# Driving our Chevy Tahoe to San Jose del Cabo and then possibly selling it later



## aussieyank (Feb 26, 2012)

We are moving to SJC at the end of the year. Not sure how long we'll stay. At least a year as that's the lease we'll get on a condo near the beach. I've got a good connection there (a woman who has lived there 16 years selling real estate). She says I won't have any problems getting work (I've been teaching yoga, personal training, massage, etc. for 28 years in the San Francisco Bay Area.

I'm wondering about selling the Tahoe down there if we decide to leave after a year or two or more. Anyone know what's the process involved in doing this?

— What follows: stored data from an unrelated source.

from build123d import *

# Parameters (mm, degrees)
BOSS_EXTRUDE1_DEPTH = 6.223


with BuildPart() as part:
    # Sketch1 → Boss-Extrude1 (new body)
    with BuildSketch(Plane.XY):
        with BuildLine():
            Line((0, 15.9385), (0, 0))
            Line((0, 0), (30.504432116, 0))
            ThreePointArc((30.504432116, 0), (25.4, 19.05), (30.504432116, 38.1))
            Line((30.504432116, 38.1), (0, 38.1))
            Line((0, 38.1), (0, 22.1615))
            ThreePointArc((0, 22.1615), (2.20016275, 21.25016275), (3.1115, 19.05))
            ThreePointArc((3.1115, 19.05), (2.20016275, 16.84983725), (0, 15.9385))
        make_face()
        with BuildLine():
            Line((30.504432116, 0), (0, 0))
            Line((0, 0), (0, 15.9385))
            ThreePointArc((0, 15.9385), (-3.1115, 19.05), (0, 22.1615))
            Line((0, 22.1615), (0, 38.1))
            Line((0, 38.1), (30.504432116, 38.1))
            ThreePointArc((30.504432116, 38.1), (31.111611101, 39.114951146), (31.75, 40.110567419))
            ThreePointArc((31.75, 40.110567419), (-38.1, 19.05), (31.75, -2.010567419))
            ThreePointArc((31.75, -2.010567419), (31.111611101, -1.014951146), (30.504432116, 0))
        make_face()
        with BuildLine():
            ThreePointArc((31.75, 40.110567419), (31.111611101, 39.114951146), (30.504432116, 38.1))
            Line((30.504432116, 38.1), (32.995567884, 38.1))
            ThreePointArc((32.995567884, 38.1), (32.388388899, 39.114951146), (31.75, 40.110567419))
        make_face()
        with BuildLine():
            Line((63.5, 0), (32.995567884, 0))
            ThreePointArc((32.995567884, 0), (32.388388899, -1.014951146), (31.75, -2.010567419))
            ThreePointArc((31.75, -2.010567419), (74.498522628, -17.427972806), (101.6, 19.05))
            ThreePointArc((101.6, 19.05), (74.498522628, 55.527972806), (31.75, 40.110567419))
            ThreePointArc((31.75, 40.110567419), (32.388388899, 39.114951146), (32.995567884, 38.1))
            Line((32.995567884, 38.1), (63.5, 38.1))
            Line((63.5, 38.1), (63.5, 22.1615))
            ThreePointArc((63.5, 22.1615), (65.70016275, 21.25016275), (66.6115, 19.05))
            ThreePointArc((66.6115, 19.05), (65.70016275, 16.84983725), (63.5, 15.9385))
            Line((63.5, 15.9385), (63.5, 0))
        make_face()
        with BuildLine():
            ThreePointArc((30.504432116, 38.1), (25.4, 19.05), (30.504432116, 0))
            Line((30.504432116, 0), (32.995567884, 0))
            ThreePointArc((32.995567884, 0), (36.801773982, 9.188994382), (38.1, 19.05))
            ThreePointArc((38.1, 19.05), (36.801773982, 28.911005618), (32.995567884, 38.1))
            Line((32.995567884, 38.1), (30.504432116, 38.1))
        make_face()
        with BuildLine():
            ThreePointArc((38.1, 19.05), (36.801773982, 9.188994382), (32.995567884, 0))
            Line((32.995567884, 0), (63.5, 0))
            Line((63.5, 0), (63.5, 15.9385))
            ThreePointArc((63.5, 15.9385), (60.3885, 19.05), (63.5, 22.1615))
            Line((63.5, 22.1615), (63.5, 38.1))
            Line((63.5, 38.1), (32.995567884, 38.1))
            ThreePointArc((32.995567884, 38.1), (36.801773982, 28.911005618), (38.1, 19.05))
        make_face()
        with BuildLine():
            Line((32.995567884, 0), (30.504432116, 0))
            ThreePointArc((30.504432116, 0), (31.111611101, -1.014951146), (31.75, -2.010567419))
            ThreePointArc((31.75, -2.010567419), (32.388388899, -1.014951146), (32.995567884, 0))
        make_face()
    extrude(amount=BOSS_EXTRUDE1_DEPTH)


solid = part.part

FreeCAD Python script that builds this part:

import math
import FreeCAD as App
import Part
import Sketcher
from FreeCAD import Vector
Q = App.Units.Quantity

doc = App.newDocument("Part")
body = doc.addObject("PartDesign::Body", "Body")

# Sketch on XY plane
sketch1 = body.newObject("Sketcher::SketchObject", "Sketch")
sketch1.AttachmentSupport = (doc.getObject("XY_Plane"), [""])
sketch1.MapMode = "FlatFace"
sketch1.addGeometry(Part.ArcOfCircle(Part.Circle(Vector(0, 19.1, 0), Vector(0, 0, 1), 38.1), math.radians(34), math.radians(326)), False)
sketch1.addGeometry(Part.ArcOfCircle(Part.Circle(Vector(63.5, 19, 0), Vector(0, 0, 1), 38.1), math.radians(-146), math.radians(0)), False)
sketch1.addGeometry(Part.ArcOfCircle(Part.Circle(Vector(63.5, 19.1, 0), Vector(0, 0, 1), 38.1), math.radians(0), math.radians(146)), False)
sketch1.addGeometry(Part.ArcOfCircle(Part.Circle(Vector(0, 19.1, 0), Vector(0, 0, 1), 3.1), math.radians(0), math.radians(90)), False)
sketch1.addGeometry(Part.ArcOfCircle(Part.Circle(Vector(0, 19, 0), Vector(0, 0, 1), 3.1), math.radians(-90), math.radians(0)), False)
sketch1.addGeometry(Part.ArcOfCircle(Part.Circle(Vector(0, 19.1, 0), Vector(0, 0, 1), 3.1), math.radians(90), math.radians(270)), False)
sketch1.addGeometry(Part.ArcOfCircle(Part.Circle(Vector(63.5, 19, 0), Vector(0, 0, 1), 3.1), math.radians(-90), math.radians(0)), False)
sketch1.addGeometry(Part.ArcOfCircle(Part.Circle(Vector(63.5, 19.1, 0), Vector(0, 0, 1), 3.1), math.radians(90), math.radians(270)), False)
sketch1.addGeometry(Part.ArcOfCircle(Part.Circle(Vector(63.5, 19.1, 0), Vector(0, 0, 1), 3.1), math.radians(0), math.radians(90)), False)
sketch1.addConstraint(Sketcher.Constraint("Coincident", 0, 2, 1, 1))
sketch1.addConstraint(Sketcher.Constraint("Tangent", 1, 2, 2, 1))
sketch1.addConstraint(Sketcher.Constraint("Coincident", 2, 2, 0, 1))
sketch1.addConstraint(Sketcher.Constraint("Tangent", 3, 1, 4, 2))
sketch1.addConstraint(Sketcher.Constraint("Tangent", 4, 1, 5, 2))
sketch1.addConstraint(Sketcher.Constraint("Tangent", 5, 1, 3, 2))
sketch1.addConstraint(Sketcher.Constraint("Tangent", 6, 1, 7, 2))
sketch1.addConstraint(Sketcher.Constraint("Tangent", 7, 1, 8, 2))
sketch1.addConstraint(Sketcher.Constraint("Tangent", 8, 1, 6, 2))
sketch1.addConstraint(Sketcher.Constraint("Coincident", 3, 3, 0, 3))
sketch1.addConstraint(Sketcher.Constraint("Coincident", 6, 3, 1, 3))
sketch1.addConstraint(Sketcher.Constraint("Equal", 0, 1))
sketch1.addConstraint(Sketcher.Constraint("Equal", 1, 2))
sketch1.addConstraint(Sketcher.Constraint("Equal", 5, 6))
sketch1.addConstraint(Sketcher.Constraint("PointOnObject", 0, 3, -2))
sketch1.addConstraint(Sketcher.Constraint("PointOnObject", 4, 1, -2))
sketch1.addConstraint(Sketcher.Constraint("PointOnObject", 5, 1, -2))
sketch1.addConstraint(Sketcher.Constraint("Horizontal", 0, 3, 1, 3))
sketch1.addConstraint(Sketcher.Constraint("Horizontal", 8, 3, 1, 2))
sketch1.addConstraint(Sketcher.Constraint("Horizontal", 1, 2, 3, 1))
sketch1.addConstraint(Sketcher.Constraint("Horizontal", 3, 1, 8, 1))
sketch1.addConstraint(Sketcher.Constraint("Vertical", 8, 3, 6, 1))
sketch1.addConstraint(Sketcher.Constraint("Vertical", 6, 1, 7, 1))
sketch1.addConstraint(Sketcher.Constraint("Radius", 0, Q("1.5 in")))
sketch1.addConstraint(Sketcher.Constraint("DistanceX", -1, 1, 1, 2, Q("4 in")))
sketch1.addConstraint(Sketcher.Constraint("Radius", 3, Q("0.1225 in")))
sketch1.addConstraint(Sketcher.Constraint("DistanceY", -1, 1, 0, 3, Q("0.75 in")))
pad1 = body.newObject("PartDesign::Pad", "Pad")
pad1.Profile = sketch1
pad1.Length = Q("0.245 in")

doc.recompute()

A part of me wants to go down and live simply without a car. Another part of me wants the freedom to do some traveling. My previous post was about hiking, backpacking, camping in the Sierra de la Lacuna Reserva.

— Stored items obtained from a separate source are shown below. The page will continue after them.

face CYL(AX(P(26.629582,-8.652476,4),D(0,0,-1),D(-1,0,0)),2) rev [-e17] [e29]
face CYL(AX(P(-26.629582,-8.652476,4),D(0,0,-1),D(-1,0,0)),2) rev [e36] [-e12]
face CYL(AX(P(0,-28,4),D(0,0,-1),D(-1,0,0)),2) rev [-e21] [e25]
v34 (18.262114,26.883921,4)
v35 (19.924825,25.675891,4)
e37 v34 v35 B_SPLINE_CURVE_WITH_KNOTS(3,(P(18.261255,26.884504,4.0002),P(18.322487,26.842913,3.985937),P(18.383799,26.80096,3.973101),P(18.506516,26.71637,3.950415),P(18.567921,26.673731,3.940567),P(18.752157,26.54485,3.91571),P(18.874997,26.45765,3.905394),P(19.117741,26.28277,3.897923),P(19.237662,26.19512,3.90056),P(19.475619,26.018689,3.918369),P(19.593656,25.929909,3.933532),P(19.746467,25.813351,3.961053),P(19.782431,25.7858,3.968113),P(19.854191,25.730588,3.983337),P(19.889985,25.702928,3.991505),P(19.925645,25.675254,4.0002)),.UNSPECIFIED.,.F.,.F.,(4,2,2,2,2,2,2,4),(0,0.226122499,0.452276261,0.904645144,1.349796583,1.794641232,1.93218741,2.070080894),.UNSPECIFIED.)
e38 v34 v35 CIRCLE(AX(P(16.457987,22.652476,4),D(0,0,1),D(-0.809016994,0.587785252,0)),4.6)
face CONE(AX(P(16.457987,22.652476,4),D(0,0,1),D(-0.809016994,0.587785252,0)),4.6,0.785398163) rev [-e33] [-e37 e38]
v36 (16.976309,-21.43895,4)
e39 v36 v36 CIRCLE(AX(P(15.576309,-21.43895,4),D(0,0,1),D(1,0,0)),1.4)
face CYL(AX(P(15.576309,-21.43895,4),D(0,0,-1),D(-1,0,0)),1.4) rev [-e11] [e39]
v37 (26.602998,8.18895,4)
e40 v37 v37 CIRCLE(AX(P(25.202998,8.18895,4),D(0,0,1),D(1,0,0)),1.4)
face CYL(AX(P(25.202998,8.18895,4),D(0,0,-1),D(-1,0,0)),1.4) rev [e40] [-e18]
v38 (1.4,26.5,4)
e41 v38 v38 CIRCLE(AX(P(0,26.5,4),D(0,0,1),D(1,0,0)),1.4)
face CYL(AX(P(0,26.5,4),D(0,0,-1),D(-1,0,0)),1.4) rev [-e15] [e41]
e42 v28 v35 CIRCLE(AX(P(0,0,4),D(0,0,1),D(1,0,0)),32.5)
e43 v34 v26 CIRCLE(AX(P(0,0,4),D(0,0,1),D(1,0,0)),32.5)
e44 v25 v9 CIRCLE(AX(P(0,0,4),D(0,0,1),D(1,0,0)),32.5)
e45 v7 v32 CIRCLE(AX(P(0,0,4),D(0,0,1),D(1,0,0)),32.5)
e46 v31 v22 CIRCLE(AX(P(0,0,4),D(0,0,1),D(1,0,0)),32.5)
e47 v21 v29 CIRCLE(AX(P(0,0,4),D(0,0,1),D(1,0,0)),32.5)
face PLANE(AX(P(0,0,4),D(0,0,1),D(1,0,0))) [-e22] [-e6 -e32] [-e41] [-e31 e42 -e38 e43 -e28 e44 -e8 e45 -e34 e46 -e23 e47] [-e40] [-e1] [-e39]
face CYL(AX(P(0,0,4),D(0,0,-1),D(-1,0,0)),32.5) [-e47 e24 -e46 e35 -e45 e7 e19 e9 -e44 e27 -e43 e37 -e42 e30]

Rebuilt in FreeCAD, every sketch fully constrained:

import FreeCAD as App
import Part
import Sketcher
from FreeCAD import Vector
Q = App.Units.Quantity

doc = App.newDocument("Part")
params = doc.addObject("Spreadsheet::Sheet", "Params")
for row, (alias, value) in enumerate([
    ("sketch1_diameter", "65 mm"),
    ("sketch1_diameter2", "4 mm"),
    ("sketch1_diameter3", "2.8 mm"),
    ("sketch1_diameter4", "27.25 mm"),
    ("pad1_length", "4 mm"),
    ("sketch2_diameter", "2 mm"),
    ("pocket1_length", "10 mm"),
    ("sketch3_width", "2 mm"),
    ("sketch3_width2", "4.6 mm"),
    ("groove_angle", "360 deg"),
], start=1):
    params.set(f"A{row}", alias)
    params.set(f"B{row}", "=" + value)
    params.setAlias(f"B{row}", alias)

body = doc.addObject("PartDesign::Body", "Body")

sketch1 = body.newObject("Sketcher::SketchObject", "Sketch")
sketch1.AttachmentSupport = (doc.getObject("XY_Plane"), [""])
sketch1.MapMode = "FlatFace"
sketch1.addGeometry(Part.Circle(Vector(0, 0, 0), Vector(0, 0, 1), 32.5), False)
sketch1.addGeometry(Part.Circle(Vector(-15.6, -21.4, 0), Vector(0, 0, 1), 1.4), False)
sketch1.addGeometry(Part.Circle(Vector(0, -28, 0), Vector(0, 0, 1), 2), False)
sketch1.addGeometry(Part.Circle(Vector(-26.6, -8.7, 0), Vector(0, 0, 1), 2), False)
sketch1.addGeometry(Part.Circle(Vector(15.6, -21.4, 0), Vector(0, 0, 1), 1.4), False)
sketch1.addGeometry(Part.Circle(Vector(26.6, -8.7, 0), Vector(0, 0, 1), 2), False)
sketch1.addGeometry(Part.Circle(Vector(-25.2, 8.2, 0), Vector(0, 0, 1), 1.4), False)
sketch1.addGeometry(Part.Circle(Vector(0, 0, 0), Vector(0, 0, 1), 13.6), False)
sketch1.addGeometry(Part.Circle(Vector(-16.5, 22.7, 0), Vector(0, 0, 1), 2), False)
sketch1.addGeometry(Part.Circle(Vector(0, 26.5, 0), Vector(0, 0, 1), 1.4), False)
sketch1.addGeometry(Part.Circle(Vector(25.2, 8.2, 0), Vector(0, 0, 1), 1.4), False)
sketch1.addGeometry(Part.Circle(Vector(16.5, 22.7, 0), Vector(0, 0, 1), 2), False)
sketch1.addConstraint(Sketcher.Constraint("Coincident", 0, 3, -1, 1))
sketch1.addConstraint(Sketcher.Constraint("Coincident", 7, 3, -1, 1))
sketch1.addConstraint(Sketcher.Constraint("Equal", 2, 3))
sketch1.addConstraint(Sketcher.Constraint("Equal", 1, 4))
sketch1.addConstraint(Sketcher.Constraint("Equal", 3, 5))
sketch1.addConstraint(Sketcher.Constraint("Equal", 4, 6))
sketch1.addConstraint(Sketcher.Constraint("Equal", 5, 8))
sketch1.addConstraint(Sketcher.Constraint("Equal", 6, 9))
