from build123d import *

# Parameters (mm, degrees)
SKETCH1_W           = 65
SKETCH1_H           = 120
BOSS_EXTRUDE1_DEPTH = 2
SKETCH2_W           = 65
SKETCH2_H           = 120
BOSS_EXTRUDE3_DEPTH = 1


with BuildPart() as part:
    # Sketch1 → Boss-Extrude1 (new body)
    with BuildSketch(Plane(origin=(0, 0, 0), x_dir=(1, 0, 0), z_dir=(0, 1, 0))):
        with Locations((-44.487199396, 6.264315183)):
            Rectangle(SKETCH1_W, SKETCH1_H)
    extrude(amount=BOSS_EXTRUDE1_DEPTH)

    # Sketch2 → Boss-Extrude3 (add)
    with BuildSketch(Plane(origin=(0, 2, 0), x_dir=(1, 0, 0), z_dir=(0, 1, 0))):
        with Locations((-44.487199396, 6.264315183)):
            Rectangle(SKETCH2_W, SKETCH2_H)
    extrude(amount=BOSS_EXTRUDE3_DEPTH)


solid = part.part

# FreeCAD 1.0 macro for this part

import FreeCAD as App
import Part
import Sketcher
from FreeCAD import Vector


def add_polygon(sketch, points):
    """Adds a closed chain of lines whose ends are joined by coincident constraints."""
    first, n = sketch.GeometryCount, len(points)
    for a, b in zip(points, points[1:] + points[:1]):
        sketch.addGeometry(Part.LineSegment(App.Vector(*a, 0), App.Vector(*b, 0)), False)
    for i in range(n):
        sketch.addConstraint(Sketcher.Constraint("Coincident", first + i, 2, first + (i + 1) % n, 1))

doc = App.newDocument("Part")
body = doc.addObject("PartDesign::Body", "Body")

# Sketch on XZ plane
sketch1 = body.newObject("Sketcher::SketchObject", "Sketch")
sketch1.AttachmentSupport = (doc.getObject("XZ_Plane"), [""])
sketch1.MapMode = "FlatFace"
add_polygon(sketch1, [(-77, -66), (-77, 54), (-12, 54), (-12, -66)])  # lines 0-3
sketch1.addConstraint(Sketcher.Constraint("Vertical", 0))
sketch1.addConstraint(Sketcher.Constraint("Horizontal", 1))
sketch1.addConstraint(Sketcher.Constraint("Vertical", 2))
sketch1.addConstraint(Sketcher.Constraint("Horizontal", 3))
sketch1.addConstraint(Sketcher.Constraint("DistanceX", 1, 1, 1, 2, 65.0))
sketch1.addConstraint(Sketcher.Constraint("DistanceY", 0, 1, 0, 2, 120.0))
sketch1.addConstraint(Sketcher.Constraint("DistanceX", 0, 2, -1, 1, 76.987199))
sketch1.addConstraint(Sketcher.Constraint("DistanceY", -1, 1, 0, 2, 53.735685))
pad1 = body.newObject("PartDesign::Pad", "Pad")
pad1.Profile = sketch1
pad1.Length = 2
pad1.Reversed = True

# Sketch on XZ plane
sketch2 = body.newObject("Sketcher::SketchObject", "Sketch001")
sketch2.AttachmentSupport = (doc.getObject("XZ_Plane"), [""])
sketch2.MapMode = "FlatFace"
sketch2.AttachmentOffset = App.Placement(Vector(0, 0, -2), App.Rotation())
add_polygon(sketch2, [(-77, -66), (-77, 54), (-12, 54), (-12, -66)])  # lines 0-3
sketch2.addConstraint(Sketcher.Constraint("Vertical", 0))
sketch2.addConstraint(Sketcher.Constraint("Horizontal", 1))
sketch2.addConstraint(Sketcher.Constraint("Vertical", 2))
sketch2.addConstraint(Sketcher.Constraint("Horizontal", 3))
sketch2.addConstraint(Sketcher.Constraint("DistanceX", 1, 1, 1, 2, 65.0))
sketch2.addConstraint(Sketcher.Constraint("DistanceY", 0, 1, 0, 2, 120.0))
sketch2.addConstraint(Sketcher.Constraint("DistanceX", 0, 2, -1, 1, 76.987199))
sketch2.addConstraint(Sketcher.Constraint("DistanceY", -1, 1, 0, 2, 53.735685))
pad2 = body.newObject("PartDesign::Pad", "Pad001")
pad2.Profile = sketch2
pad2.Length = 1
pad2.Reversed = True

doc.recompute()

We are selling our house in the Bay Area and will have enough funds to live comfortably. Our goal is to spend no more that $1500/month. Ideally, I get work that covers those expenses. 

On a side note, can anyone tell me what's the best way to find (links) that necessary information for working visa, etc. Essentially, what's the paperwork we need to do in order to live there for a year or more. I'm US citizen and my wife is an Australian Citizen with a US green card.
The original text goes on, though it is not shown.